Multiple smaller piano works, revered today
Any number of great songs and song cycles.

Mendelssohn wrote:
String Quartet #2
Octet for Strings
Midsummer Night's Dream Overture.

How much poorer we would be if it weren't for this single decade! Are there any comparable 10-year periods?


----------



## brotagonist (Jul 11, 2013)

For a single composer? I'm sure someone has the knowledge to back me up, but somewhere in the 1890-1920 span, there is a composer lurking who exactly fits your premise. Schoenberg, perhaps? Berg or Webern? Mahler?

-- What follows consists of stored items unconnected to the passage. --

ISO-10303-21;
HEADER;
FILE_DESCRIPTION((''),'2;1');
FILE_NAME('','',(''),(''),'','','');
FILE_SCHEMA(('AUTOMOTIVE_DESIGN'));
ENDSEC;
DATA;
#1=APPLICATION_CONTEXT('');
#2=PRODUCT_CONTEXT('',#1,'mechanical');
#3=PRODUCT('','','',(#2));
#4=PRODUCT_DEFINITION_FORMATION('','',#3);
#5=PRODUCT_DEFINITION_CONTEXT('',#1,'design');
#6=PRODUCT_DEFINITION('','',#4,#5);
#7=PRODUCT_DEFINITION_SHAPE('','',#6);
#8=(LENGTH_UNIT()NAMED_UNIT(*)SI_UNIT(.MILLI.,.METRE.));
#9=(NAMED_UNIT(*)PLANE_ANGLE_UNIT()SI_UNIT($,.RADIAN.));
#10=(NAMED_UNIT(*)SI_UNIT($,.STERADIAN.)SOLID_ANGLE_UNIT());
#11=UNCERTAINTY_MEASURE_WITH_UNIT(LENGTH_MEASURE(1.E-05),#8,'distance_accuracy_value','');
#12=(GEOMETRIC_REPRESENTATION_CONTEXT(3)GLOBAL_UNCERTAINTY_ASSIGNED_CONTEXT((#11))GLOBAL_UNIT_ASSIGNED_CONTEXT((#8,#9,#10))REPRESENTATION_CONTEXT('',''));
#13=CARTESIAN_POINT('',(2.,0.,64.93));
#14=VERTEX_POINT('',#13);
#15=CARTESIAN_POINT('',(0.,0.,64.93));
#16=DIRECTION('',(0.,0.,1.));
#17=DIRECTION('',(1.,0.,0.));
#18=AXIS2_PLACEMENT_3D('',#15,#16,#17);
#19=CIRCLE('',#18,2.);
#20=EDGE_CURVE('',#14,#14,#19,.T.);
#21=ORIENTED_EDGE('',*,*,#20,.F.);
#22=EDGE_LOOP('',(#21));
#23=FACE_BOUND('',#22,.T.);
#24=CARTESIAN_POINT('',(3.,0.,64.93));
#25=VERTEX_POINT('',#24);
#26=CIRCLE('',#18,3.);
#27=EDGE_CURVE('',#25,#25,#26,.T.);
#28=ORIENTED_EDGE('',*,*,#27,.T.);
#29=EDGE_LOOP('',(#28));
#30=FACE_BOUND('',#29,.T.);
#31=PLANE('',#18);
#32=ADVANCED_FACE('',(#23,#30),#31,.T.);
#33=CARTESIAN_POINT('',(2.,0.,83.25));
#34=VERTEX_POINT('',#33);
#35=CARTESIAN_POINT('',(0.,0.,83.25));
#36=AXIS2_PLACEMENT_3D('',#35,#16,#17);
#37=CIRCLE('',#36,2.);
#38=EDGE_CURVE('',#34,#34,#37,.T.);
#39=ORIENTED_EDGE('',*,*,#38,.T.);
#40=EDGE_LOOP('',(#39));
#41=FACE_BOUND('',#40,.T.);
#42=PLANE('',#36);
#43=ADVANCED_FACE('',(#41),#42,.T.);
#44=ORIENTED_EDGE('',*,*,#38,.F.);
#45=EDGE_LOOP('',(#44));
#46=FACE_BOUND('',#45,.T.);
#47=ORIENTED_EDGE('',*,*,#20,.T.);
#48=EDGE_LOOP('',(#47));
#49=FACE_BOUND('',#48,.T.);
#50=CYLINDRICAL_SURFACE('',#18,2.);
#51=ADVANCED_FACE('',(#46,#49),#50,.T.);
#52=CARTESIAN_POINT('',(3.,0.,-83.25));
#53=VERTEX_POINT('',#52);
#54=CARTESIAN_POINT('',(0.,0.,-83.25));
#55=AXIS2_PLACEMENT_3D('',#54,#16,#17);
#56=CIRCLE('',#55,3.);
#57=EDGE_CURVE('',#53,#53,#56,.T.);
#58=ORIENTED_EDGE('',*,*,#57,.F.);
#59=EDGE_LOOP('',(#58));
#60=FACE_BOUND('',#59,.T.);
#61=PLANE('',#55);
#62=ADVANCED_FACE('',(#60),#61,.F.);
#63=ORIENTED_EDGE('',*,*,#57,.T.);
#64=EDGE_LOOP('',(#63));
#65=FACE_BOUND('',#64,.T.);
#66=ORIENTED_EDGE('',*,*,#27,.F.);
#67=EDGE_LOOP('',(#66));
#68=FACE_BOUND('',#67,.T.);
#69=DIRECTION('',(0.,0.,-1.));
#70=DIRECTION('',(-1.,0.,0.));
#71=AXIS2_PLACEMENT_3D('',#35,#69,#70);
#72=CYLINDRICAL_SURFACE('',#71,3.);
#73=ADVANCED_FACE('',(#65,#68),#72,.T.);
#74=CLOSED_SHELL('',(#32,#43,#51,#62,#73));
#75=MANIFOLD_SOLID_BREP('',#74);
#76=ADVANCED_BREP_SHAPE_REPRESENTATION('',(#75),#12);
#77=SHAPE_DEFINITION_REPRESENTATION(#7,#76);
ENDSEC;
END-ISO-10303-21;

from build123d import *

# Parameters (mm, degrees)
SKETCH2_R           = 3
BOSS_EXTRUDE1_DEPTH = 83.25
SKETCH3_R           = 3
SKETCH3_R_2         = 2
CUT_EXTRUDE1_DEPTH  = 18.32


with BuildPart() as part:
    # Sketch2 → Boss-Extrude1 (new, symmetric)
    with BuildSketch(Plane.XY):
        Circle(SKETCH2_R)
    extrude(amount=BOSS_EXTRUDE1_DEPTH, both=True)

    # Sketch3 → Cut-Extrude1 (cut)
    with BuildSketch(Plane.XY.offset(83.25)):
        Circle(SKETCH3_R)
        Circle(SKETCH3_R_2, mode=Mode.SUBTRACT)
    extrude(amount=-CUT_EXTRUDE1_DEPTH, mode=Mode.SUBTRACT)


solid = part.part
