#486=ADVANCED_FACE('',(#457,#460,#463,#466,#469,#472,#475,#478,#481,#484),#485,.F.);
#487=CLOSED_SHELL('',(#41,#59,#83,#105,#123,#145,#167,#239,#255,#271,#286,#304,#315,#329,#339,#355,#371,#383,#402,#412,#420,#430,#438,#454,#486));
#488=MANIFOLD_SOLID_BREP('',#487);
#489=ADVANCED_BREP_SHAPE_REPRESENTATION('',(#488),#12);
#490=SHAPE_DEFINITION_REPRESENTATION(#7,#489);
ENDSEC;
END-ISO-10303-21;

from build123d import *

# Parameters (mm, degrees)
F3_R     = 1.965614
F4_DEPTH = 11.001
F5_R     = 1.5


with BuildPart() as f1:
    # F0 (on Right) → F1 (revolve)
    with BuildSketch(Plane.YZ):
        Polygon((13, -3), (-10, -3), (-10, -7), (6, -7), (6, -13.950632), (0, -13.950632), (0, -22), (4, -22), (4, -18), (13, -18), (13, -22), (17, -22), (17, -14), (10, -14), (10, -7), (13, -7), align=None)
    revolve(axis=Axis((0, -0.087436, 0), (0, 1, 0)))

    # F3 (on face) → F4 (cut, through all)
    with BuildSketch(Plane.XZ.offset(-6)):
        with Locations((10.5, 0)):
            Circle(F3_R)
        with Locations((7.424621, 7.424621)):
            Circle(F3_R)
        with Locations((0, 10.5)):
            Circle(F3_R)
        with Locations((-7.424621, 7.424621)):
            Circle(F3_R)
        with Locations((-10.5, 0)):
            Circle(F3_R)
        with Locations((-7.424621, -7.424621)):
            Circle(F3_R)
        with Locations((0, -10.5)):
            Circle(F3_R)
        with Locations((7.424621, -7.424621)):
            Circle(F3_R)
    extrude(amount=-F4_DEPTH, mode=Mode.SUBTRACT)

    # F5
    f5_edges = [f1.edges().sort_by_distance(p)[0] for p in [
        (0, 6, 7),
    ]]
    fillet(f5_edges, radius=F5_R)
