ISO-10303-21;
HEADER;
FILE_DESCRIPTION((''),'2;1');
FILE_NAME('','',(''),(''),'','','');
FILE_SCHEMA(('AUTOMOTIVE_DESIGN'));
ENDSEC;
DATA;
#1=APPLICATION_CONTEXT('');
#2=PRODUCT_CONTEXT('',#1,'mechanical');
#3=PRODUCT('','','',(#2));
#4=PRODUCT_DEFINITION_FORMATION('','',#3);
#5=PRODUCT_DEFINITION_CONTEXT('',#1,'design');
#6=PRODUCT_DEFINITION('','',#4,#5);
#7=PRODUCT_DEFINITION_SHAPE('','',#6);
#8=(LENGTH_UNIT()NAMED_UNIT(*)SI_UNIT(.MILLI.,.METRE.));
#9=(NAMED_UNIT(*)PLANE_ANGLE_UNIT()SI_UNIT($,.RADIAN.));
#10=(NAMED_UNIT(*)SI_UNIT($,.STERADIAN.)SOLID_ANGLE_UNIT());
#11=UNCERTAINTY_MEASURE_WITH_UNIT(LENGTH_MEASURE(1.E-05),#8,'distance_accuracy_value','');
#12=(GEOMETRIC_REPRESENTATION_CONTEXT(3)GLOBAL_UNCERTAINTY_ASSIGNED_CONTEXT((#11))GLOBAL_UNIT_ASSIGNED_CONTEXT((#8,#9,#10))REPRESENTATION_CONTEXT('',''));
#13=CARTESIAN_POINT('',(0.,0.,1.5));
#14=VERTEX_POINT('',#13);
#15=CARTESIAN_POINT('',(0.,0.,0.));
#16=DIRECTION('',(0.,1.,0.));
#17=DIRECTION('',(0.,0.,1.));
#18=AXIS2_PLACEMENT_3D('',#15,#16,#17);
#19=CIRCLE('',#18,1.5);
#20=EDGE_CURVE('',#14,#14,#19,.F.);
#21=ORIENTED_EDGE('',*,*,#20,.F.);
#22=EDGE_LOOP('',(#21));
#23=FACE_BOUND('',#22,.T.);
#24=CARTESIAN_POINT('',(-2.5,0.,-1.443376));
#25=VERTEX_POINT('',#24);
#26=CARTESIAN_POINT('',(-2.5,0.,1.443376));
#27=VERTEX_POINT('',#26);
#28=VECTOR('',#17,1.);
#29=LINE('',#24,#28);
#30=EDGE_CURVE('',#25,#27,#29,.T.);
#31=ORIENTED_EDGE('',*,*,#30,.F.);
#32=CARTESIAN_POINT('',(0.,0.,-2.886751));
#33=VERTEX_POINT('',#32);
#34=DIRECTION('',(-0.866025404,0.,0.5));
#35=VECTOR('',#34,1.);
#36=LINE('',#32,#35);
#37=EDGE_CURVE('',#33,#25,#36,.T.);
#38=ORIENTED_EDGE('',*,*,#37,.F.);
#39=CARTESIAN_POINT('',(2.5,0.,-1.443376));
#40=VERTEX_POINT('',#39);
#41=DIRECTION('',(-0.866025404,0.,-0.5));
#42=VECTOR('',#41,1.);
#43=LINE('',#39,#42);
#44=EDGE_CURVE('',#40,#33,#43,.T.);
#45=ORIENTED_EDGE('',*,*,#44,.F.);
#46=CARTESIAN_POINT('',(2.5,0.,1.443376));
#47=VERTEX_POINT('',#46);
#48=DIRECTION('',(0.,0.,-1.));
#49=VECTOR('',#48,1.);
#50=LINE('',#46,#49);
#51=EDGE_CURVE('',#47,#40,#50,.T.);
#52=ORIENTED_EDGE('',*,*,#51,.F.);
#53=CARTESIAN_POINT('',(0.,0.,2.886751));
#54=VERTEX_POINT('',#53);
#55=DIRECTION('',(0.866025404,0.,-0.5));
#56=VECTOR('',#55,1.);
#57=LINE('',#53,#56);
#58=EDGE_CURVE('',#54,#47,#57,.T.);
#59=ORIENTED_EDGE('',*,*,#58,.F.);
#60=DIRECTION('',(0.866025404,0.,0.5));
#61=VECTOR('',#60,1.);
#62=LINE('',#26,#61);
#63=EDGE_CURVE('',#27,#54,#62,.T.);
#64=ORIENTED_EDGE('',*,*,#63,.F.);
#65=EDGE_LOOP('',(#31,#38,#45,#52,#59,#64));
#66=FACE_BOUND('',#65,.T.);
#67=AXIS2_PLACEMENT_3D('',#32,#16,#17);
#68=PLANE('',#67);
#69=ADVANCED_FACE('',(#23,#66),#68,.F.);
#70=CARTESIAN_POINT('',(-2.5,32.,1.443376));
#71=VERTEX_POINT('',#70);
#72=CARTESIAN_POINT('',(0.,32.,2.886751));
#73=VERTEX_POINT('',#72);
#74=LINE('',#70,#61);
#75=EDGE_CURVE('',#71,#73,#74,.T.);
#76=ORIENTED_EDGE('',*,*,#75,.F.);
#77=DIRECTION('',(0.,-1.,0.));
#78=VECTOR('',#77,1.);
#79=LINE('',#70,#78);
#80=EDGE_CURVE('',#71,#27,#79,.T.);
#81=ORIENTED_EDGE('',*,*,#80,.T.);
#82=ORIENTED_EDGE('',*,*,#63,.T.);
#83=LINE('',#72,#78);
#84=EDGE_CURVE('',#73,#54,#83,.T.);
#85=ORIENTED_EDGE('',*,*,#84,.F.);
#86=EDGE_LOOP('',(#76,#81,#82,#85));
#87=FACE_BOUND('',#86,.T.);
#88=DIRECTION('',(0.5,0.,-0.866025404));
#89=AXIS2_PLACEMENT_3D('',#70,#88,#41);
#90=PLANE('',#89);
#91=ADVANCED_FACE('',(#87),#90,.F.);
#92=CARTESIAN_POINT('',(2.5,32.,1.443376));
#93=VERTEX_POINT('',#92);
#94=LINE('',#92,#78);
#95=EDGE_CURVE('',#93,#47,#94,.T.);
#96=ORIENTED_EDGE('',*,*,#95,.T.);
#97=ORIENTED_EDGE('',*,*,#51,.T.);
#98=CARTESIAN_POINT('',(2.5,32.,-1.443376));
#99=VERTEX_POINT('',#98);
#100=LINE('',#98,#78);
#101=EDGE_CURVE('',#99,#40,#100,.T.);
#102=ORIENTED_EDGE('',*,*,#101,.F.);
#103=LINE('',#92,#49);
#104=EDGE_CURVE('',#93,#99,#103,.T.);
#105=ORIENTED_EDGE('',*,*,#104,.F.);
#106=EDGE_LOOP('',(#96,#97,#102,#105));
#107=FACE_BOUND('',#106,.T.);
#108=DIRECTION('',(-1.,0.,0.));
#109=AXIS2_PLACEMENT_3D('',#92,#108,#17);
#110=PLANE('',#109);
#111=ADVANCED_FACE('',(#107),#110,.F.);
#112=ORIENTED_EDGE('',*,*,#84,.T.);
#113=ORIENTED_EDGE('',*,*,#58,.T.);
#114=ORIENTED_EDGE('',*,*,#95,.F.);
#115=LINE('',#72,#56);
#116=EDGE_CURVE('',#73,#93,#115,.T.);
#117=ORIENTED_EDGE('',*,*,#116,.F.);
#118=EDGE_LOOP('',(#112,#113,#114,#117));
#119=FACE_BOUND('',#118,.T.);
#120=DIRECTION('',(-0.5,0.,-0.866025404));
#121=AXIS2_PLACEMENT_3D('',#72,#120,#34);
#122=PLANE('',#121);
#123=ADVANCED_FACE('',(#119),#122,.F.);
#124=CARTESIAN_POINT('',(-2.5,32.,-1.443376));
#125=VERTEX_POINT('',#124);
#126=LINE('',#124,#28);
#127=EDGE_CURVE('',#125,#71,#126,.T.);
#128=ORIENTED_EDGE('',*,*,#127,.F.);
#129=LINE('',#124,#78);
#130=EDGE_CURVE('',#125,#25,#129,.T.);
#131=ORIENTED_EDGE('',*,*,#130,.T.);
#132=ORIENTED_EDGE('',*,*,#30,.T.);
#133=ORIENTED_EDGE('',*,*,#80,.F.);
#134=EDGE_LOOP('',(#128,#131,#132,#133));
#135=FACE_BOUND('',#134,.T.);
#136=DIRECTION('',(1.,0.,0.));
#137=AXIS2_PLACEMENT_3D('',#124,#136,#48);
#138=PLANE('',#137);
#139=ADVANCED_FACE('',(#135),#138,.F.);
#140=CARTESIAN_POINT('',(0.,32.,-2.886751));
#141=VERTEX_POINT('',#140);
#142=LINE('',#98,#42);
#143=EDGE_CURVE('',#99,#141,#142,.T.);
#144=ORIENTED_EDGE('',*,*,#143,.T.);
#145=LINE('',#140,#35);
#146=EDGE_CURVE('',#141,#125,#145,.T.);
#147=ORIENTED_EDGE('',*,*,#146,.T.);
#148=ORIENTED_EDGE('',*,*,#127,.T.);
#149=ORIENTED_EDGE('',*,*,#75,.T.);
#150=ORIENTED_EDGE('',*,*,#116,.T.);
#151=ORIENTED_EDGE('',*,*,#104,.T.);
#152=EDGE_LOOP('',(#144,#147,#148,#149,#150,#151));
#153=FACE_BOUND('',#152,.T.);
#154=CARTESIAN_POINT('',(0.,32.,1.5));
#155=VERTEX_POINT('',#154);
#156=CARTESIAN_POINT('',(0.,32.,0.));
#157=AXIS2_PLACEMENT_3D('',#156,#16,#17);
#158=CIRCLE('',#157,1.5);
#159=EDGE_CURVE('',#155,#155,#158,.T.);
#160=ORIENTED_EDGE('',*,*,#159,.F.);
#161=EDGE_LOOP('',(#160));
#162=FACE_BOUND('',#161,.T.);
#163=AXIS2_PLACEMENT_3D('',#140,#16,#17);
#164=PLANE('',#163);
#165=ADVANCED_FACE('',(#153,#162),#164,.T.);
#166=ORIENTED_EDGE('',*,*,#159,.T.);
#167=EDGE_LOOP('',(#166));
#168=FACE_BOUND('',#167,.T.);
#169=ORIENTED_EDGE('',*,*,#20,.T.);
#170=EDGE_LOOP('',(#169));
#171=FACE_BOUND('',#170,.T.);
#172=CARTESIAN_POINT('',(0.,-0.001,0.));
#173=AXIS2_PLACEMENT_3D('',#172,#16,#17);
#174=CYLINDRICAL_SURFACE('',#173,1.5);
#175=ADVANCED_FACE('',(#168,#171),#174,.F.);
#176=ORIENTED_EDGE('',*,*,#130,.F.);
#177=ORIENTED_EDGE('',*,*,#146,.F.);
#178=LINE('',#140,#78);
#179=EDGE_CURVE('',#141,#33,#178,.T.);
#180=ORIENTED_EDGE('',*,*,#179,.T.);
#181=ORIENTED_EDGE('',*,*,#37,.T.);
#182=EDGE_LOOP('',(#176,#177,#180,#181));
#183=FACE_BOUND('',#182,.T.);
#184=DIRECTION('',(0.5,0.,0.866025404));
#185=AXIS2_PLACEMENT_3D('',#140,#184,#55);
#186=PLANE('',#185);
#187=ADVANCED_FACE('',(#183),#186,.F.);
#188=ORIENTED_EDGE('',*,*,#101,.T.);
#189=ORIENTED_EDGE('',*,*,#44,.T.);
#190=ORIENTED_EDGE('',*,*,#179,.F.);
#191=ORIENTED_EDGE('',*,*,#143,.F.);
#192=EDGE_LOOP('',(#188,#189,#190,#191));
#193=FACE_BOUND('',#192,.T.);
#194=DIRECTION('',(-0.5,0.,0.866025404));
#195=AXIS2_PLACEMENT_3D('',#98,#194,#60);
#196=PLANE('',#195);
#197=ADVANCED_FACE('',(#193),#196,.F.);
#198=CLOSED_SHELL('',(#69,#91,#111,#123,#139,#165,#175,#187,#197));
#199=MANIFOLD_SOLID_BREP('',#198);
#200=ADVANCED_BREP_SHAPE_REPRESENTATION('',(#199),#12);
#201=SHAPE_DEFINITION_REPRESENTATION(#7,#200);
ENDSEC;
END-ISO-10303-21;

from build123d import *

# Parameters (mm, degrees)
EXTRUDE_1_DEPTH     = 32
CUT_EXTRUDE_1_REACH = 34.227
SKETCH_2_R          = 1.5


with BuildPart() as part:
    # 草圖1 → 填料-伸長1 (new body)
    with BuildSketch(Plane(origin=(0, 0, 0), x_dir=(1, 0, 0), z_dir=(0, 1, 0))):
        Polygon((0, 2.886751346), (-2.5, 1.443375673), (-2.5, -1.443375673), (0, -2.886751346), (2.5, -1.443375673), (2.5, 1.443375673), align=None)
    extrude(amount=EXTRUDE_1_DEPTH)

    # 草圖2 → 除料-伸長1 (cut, up to next)
    with BuildSketch(Plane(origin=(0, 32, 0), x_dir=(-1, 0, 0), z_dir=(0, 1, 0)), mode=Mode.PRIVATE) as cut_extrude_1_sk1:
        with Locations(Location((0, 0, 0), (0, 0, 90))):
            Circle(SKETCH_2_R)
    cut_extrude_1_tool1 = extrude(cut_extrude_1_sk1.sketch, amount=-CUT_EXTRUDE_1_REACH, mode=Mode.PRIVATE) & part.part
    add(cut_extrude_1_tool1.solids().sort_by_distance((0, 32, 0))[0], mode=Mode.SUBTRACT)


solid = part.part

Bartók?


----------



## GioCar (Oct 30, 2013)

What about the "symbolic" decade from 1902 (Pelleas et Melisande) through 1913 (Le Sacre du Printemps)?
Yes, two years more of a true decade, but in that period we had:
- Mahler 5, 6, 7, 8, 9, 10, Das Lied Von der Erde
- Sibelius 2, 3, 4
- Strauss Salome, Elektra, Der Rosenkavalier
- Stravinsky L'Oiseau de Feu, Petrushka, Le Sacre
- Debussy Pelleas, La Mer and some of his mais works for piano (Estampes, Images, Preludes I and II, etc)
- Schoenberg's free atonal works such as 3 Klavierstucke op.11, 5 Orchesterstucke op.16, Erwartung, Pierrot Lunaire, ect.
and surely I'm forgetting many other works which set the foundation of modern and contemporary music...


----------



## Art Rock (Nov 28, 2009)

1901-1910 saw Mahler alone compose his symphonies 4-10, Das Lied von der Erde, Kindertotenlieder, Ruckertlieder - the latter 3 and symphonies 4, 6, 9 being among my all-time favourite compositions (out of a few dozen in total).


----------



## Nereffid (Feb 6, 2013)

The 1720s gives us a big chunk of Bach - the St John and St Matthew Passions, Easter Oratorio, Brandenburg concertos, keyboard partitas, French suites, Well-Tempered Clavier book 1, Herz und Mund..., Vergugnte Ruh, Ich habe genug, maybe the solo cello suites
...Handel's Giulio Cesare and several other operas, Coronation anthems, and 8 Great Suites
...Vivaldi's Il Cimento (including the Four Seasons), La Cetra, and op.10 flute concertos
...Rameau's Pieces de clavecin


----------



## hpowders (Dec 23, 2013)

1781-1791: The best of W.A. Mozart.


----------



## Skilmarilion (Apr 6, 2013)

There was a quite incredible 'decade' (more like, 11 year span) of Romantic symphonies from 1885 - 1896:

Brahms, 4
Tchaikovsky, 5 & 6
Dvorak, 9
Mahler 1 - 3
Bruckner 8 & 9


----------



## Saintbert (Mar 12, 2015)

Skilmarilion said:


> There was a quite incredible 'decade' (more like, 11 year span) of Romantic symphonies from 1885 - 1896:
> 
> Brahms, 4
> Tchaikovsky, 5 & 6
> ...


I don't know what's romantic and what is not, but I'd like to mention Carl Nielsen's first symphony which falls into that period (1892), and is, as far as first symphonies go, very impressive.


----------



## senza sordino (Oct 20, 2013)

I'm going to agree with GioCar: 1904-1913.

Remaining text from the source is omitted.